=== Material provided ===
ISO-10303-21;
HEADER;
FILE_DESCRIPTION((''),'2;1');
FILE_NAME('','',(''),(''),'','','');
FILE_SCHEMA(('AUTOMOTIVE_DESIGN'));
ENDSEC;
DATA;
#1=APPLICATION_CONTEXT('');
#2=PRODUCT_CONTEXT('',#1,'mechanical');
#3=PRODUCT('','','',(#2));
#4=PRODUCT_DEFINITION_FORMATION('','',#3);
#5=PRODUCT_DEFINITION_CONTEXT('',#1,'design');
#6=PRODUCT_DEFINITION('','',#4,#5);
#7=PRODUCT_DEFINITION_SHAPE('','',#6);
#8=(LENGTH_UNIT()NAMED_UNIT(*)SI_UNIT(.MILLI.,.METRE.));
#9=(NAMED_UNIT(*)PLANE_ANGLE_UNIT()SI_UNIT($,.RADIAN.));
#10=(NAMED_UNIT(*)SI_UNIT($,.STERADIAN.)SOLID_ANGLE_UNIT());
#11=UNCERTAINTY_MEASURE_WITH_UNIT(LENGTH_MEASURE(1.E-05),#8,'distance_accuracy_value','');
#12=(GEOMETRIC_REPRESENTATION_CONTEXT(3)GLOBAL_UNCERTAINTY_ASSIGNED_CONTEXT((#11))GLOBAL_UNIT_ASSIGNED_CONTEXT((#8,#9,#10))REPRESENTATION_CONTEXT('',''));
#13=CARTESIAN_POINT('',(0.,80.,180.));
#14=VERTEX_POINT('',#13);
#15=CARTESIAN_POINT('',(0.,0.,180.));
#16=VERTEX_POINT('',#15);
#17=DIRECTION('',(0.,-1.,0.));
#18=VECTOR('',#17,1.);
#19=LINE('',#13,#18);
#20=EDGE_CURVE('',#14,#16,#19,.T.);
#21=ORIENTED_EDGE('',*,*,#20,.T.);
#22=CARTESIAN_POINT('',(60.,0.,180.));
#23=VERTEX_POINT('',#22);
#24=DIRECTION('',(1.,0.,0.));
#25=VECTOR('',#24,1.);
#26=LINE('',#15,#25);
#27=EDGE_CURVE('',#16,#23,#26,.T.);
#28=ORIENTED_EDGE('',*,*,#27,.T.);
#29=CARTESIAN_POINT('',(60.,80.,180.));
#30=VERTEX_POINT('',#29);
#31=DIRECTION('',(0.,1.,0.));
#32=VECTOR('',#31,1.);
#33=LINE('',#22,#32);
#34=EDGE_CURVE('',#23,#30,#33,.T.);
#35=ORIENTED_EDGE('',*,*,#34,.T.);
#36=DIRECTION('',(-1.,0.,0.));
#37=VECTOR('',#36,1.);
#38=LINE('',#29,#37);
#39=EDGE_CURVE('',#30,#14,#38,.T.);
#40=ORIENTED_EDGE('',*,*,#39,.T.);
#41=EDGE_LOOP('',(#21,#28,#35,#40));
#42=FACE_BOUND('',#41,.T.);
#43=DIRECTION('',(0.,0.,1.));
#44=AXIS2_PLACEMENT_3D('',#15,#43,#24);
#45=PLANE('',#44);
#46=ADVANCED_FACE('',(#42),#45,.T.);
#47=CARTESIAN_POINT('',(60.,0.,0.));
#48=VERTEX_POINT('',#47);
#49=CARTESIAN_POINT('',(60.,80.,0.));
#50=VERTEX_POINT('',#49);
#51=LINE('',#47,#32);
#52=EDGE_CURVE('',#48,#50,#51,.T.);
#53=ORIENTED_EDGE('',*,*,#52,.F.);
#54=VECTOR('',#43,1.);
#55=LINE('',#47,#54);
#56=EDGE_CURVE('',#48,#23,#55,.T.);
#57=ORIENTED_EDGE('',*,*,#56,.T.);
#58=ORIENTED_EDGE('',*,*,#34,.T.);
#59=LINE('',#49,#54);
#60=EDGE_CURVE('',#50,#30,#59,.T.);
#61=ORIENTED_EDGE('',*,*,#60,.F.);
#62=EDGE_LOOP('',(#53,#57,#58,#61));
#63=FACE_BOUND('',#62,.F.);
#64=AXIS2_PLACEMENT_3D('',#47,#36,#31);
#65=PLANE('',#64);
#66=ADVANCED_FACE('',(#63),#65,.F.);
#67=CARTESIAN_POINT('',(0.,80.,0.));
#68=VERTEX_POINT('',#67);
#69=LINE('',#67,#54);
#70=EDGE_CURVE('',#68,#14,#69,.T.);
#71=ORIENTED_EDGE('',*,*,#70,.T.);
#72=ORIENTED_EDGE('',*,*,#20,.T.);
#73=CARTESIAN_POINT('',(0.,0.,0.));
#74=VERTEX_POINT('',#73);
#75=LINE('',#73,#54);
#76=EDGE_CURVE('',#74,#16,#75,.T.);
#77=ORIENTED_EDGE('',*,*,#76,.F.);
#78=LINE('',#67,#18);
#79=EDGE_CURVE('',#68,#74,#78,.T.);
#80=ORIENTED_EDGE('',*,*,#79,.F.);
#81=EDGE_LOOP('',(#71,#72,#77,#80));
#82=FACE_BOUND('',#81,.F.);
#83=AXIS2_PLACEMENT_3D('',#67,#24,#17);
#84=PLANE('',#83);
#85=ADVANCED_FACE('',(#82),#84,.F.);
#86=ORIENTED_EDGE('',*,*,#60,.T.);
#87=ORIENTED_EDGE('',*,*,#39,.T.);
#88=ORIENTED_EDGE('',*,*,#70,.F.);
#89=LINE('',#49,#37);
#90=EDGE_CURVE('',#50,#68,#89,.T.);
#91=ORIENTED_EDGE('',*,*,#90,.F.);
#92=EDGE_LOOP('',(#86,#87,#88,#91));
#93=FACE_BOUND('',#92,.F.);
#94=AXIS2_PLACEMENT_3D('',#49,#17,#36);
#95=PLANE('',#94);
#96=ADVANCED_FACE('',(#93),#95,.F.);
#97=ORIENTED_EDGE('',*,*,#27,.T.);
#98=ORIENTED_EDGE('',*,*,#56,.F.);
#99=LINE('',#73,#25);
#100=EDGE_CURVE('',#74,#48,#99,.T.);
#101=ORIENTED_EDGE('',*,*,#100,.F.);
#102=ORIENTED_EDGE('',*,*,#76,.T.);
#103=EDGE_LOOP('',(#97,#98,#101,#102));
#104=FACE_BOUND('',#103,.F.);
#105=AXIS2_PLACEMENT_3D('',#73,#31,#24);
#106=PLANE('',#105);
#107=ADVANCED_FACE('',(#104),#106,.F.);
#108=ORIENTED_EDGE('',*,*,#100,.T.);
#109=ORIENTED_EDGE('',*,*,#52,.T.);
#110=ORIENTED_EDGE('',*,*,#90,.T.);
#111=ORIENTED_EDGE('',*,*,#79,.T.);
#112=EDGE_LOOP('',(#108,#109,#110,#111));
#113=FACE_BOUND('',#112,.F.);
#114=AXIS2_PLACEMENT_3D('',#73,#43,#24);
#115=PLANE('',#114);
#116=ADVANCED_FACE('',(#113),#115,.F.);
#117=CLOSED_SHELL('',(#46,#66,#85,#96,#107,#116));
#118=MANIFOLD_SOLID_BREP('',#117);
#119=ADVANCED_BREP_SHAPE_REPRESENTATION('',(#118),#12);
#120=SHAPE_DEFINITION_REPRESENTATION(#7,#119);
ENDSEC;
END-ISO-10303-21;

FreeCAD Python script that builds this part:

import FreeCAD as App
import Part
import Sketcher

V = App.Vector

doc = App.newDocument("Part")
params = doc.addObject("Spreadsheet::Sheet", "Params")
for row, (alias, value) in enumerate([
    ("sketch1_width", "60 mm"),
    ("sketch1_height", "80 mm"),
    ("pad1_length", "180 mm"),
], start=1):
    params.set(f"A{row}", alias)
    params.set(f"B{row}", "=" + value)
    params.setAlias(f"B{row}", alias)

body = doc.addObject("PartDesign::Body", "Body")

sketch1 = doc.addObject("Sketcher::SketchObject", "Sketch")
body.addObject(sketch1)
sketch1.AttachmentSupport = (doc.XY_Plane, [""])
sketch1.MapMode = "FlatFace"
sketch1.addGeometry([
    Part.LineSegment(V(0, 80, 0), V(0, 0, 0)),
    Part.LineSegment(V(0, 0, 0), V(60, 0, 0)),
    Part.LineSegment(V(60, 0, 0), V(60, 80, 0)),
    Part.LineSegment(V(60, 80, 0), V(0, 80, 0)),
], False)
sketch1.addConstraint([
    Sketcher.Constraint("Coincident", 0, 2, 1, 1),
    Sketcher.Constraint("Coincident", 1, 2, 2, 1),
    Sketcher.Constraint("Coincident", 2, 2, 3, 1),
    Sketcher.Constraint("Coincident", 3, 2, 0, 1),
    Sketcher.Constraint("Vertical", 0),
    Sketcher.Constraint("Horizontal", 1),
    Sketcher.Constraint("Vertical", 2),
    Sketcher.Constraint("Horizontal", 3),
    Sketcher.Constraint("Coincident", 0, 2, -1, 1),
    Sketcher.Constraint("DistanceX", 1, 1, 1, 2, 60.0),
    Sketcher.Constraint("DistanceY", 0, 2, 0, 1, 80.0),
])
sketch1.setExpression("Constraints[9]", "Params.sketch1_width")
sketch1.setExpression("Constraints[10]", "Params.sketch1_height")
pad1 = doc.addObject("PartDesign::Pad", "Pad")
body.addObject(pad1)
pad1.Profile = sketch1
pad1.setExpression("Length", "Params.pad1_length")

doc.recompute()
===
▸ **What you have to do**
Beginning at the line above with "#45=PLANE('',#44);" and finishing at the line with "#70=EDGE_CURVE('',#68,#14,#69,.T.);", return each line exactly and return nothing else.

▸ **Task result**
#45=PLANE('',#44);
#46=ADVANCED_FACE('',(#42),#45,.T.);
#47=CARTESIAN_POINT('',(60.,0.,0.));
#48=VERTEX_POINT('',#47);
#49=CARTESIAN_POINT('',(60.,80.,0.));
#50=VERTEX_POINT('',#49);
#51=LINE('',#47,#32);
#52=EDGE_CURVE('',#48,#50,#51,.T.);
#53=ORIENTED_EDGE('',*,*,#52,.F.);
#54=VECTOR('',#43,1.);
#55=LINE('',#47,#54);
#56=EDGE_CURVE('',#48,#23,#55,.T.);
#57=ORIENTED_EDGE('',*,*,#56,.T.);
#58=ORIENTED_EDGE('',*,*,#34,.T.);
#59=LINE('',#49,#54);
#60=EDGE_CURVE('',#50,#30,#59,.T.);
#61=ORIENTED_EDGE('',*,*,#60,.F.);
#62=EDGE_LOOP('',(#53,#57,#58,#61));
#63=FACE_BOUND('',#62,.F.);
#64=AXIS2_PLACEMENT_3D('',#47,#36,#31);
#65=PLANE('',#64);
#66=ADVANCED_FACE('',(#63),#65,.F.);
#67=CARTESIAN_POINT('',(0.,80.,0.));
#68=VERTEX_POINT('',#67);
#69=LINE('',#67,#54);
#70=EDGE_CURVE('',#68,#14,#69,.T.);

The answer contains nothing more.